» **PROBLEM**
For the word "revolution", return each line of the data in which it occurs.

Dataset entries:
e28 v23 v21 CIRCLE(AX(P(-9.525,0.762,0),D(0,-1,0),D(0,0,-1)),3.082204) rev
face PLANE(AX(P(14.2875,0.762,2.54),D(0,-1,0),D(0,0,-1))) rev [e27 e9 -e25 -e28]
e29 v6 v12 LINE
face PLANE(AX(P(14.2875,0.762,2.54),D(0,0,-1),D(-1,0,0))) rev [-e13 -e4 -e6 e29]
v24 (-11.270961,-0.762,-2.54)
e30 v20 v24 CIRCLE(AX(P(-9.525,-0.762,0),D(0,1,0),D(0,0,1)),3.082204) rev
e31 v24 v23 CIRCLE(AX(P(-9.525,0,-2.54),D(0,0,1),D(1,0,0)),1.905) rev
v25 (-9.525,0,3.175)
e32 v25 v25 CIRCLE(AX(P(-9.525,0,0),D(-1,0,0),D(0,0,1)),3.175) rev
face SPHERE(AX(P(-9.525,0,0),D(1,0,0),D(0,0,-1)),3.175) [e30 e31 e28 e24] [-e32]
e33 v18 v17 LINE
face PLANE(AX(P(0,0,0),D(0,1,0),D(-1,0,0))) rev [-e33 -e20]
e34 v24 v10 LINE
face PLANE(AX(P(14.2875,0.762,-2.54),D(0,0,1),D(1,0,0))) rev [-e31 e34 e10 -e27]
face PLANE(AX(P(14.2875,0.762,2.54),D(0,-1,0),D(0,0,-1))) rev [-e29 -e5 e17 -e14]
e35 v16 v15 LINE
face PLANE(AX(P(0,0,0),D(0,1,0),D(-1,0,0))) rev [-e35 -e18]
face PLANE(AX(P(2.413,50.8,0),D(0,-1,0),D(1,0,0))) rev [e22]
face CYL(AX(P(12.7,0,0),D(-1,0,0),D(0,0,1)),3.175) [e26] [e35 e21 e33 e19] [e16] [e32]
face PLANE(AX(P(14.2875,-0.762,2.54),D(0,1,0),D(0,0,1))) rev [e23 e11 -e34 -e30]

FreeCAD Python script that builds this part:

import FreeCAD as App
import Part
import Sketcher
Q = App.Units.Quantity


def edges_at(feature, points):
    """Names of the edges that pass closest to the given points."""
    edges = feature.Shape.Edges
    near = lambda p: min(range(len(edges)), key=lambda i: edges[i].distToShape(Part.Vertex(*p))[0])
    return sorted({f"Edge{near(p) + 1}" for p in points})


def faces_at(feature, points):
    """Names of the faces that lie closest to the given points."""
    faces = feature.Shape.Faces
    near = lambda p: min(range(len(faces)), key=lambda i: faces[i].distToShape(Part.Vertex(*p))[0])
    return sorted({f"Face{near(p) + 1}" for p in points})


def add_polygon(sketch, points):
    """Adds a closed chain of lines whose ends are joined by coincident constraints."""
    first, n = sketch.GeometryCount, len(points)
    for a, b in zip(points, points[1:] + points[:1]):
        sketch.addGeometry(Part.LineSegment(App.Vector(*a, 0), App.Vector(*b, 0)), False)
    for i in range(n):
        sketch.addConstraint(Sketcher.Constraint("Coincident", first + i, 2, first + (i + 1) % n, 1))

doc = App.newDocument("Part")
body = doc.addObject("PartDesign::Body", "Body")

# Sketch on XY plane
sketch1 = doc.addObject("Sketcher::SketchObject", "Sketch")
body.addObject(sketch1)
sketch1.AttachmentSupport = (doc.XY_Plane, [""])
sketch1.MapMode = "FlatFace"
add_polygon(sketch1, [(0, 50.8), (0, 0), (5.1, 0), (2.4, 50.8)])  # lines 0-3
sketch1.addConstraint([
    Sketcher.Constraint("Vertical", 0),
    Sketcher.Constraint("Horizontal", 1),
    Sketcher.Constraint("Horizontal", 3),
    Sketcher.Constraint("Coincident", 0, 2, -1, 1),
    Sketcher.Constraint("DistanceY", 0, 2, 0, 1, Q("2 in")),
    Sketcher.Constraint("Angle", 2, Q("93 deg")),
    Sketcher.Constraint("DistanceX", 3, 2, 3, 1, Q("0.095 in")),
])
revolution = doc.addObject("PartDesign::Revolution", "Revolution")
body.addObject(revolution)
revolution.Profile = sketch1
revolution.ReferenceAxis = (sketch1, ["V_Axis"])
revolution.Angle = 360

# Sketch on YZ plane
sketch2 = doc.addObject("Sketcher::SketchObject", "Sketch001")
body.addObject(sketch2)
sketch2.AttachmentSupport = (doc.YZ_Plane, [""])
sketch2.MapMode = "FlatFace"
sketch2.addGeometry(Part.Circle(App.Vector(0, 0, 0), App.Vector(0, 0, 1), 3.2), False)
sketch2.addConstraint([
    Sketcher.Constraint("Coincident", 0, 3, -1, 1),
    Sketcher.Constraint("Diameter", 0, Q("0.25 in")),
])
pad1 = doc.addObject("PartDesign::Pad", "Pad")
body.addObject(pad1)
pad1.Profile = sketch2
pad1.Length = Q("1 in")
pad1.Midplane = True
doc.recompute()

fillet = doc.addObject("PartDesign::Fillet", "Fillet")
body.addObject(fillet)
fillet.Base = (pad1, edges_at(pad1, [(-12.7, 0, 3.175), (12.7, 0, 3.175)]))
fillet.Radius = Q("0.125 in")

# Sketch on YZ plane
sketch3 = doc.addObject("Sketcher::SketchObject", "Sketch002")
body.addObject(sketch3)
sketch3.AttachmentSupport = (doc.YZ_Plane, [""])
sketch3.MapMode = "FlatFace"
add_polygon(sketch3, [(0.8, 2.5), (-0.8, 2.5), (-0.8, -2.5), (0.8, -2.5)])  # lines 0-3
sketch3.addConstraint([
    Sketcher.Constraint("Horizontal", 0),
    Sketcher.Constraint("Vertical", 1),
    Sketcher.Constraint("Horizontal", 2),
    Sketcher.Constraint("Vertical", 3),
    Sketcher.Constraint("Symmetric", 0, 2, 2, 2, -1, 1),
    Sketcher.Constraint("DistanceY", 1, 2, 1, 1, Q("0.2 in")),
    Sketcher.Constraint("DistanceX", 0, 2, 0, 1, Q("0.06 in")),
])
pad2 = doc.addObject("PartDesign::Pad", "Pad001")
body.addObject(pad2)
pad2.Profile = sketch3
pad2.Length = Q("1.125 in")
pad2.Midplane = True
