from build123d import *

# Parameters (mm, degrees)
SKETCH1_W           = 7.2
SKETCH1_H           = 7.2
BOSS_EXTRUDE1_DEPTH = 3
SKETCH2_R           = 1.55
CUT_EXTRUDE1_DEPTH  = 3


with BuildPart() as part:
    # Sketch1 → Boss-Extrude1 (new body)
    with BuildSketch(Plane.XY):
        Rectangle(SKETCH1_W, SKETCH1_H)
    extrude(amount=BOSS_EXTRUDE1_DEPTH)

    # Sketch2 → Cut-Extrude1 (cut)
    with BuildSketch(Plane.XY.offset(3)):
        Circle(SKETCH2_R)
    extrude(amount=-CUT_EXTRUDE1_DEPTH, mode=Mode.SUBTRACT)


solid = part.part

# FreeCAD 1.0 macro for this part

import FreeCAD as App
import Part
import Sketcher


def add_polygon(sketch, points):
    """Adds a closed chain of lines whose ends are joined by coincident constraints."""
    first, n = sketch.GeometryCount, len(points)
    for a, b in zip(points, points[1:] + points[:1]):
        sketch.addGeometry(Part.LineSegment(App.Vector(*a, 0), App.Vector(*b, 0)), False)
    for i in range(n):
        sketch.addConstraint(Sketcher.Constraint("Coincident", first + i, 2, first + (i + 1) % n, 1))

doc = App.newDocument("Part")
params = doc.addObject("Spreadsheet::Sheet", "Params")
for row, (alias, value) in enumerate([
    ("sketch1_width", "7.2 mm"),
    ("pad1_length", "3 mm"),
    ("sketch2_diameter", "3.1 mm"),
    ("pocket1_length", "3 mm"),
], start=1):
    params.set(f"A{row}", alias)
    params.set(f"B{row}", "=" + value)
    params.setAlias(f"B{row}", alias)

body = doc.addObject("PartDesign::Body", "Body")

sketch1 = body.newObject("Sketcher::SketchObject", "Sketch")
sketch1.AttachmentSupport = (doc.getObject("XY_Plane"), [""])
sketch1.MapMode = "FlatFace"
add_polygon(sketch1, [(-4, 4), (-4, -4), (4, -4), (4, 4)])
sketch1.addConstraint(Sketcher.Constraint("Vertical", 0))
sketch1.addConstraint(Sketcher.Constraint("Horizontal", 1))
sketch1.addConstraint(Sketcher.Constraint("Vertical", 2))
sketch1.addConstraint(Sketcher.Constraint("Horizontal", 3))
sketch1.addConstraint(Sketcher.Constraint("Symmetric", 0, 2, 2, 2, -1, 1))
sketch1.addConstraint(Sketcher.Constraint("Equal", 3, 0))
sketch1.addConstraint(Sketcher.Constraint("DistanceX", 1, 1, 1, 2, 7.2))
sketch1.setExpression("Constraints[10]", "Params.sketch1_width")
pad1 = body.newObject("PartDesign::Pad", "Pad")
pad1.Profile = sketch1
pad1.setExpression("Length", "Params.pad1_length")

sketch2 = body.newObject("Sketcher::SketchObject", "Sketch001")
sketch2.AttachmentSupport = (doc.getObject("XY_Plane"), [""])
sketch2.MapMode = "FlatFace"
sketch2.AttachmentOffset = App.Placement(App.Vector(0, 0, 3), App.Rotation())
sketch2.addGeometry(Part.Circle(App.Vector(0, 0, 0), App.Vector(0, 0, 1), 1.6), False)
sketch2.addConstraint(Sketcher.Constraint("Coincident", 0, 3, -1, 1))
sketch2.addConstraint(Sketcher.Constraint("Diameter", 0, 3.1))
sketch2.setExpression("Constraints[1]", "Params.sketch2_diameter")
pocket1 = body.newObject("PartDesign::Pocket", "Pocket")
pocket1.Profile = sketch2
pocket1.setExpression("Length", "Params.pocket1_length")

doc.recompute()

» **WRITTEN ANSWER**
revolution = doc.addObject("PartDesign::Revolution", "Revolution")
body.addObject(revolution)
revolution.Profile = sketch1
revolution.ReferenceAxis = (sketch1, ["V_Axis"])
revolution.Angle = 360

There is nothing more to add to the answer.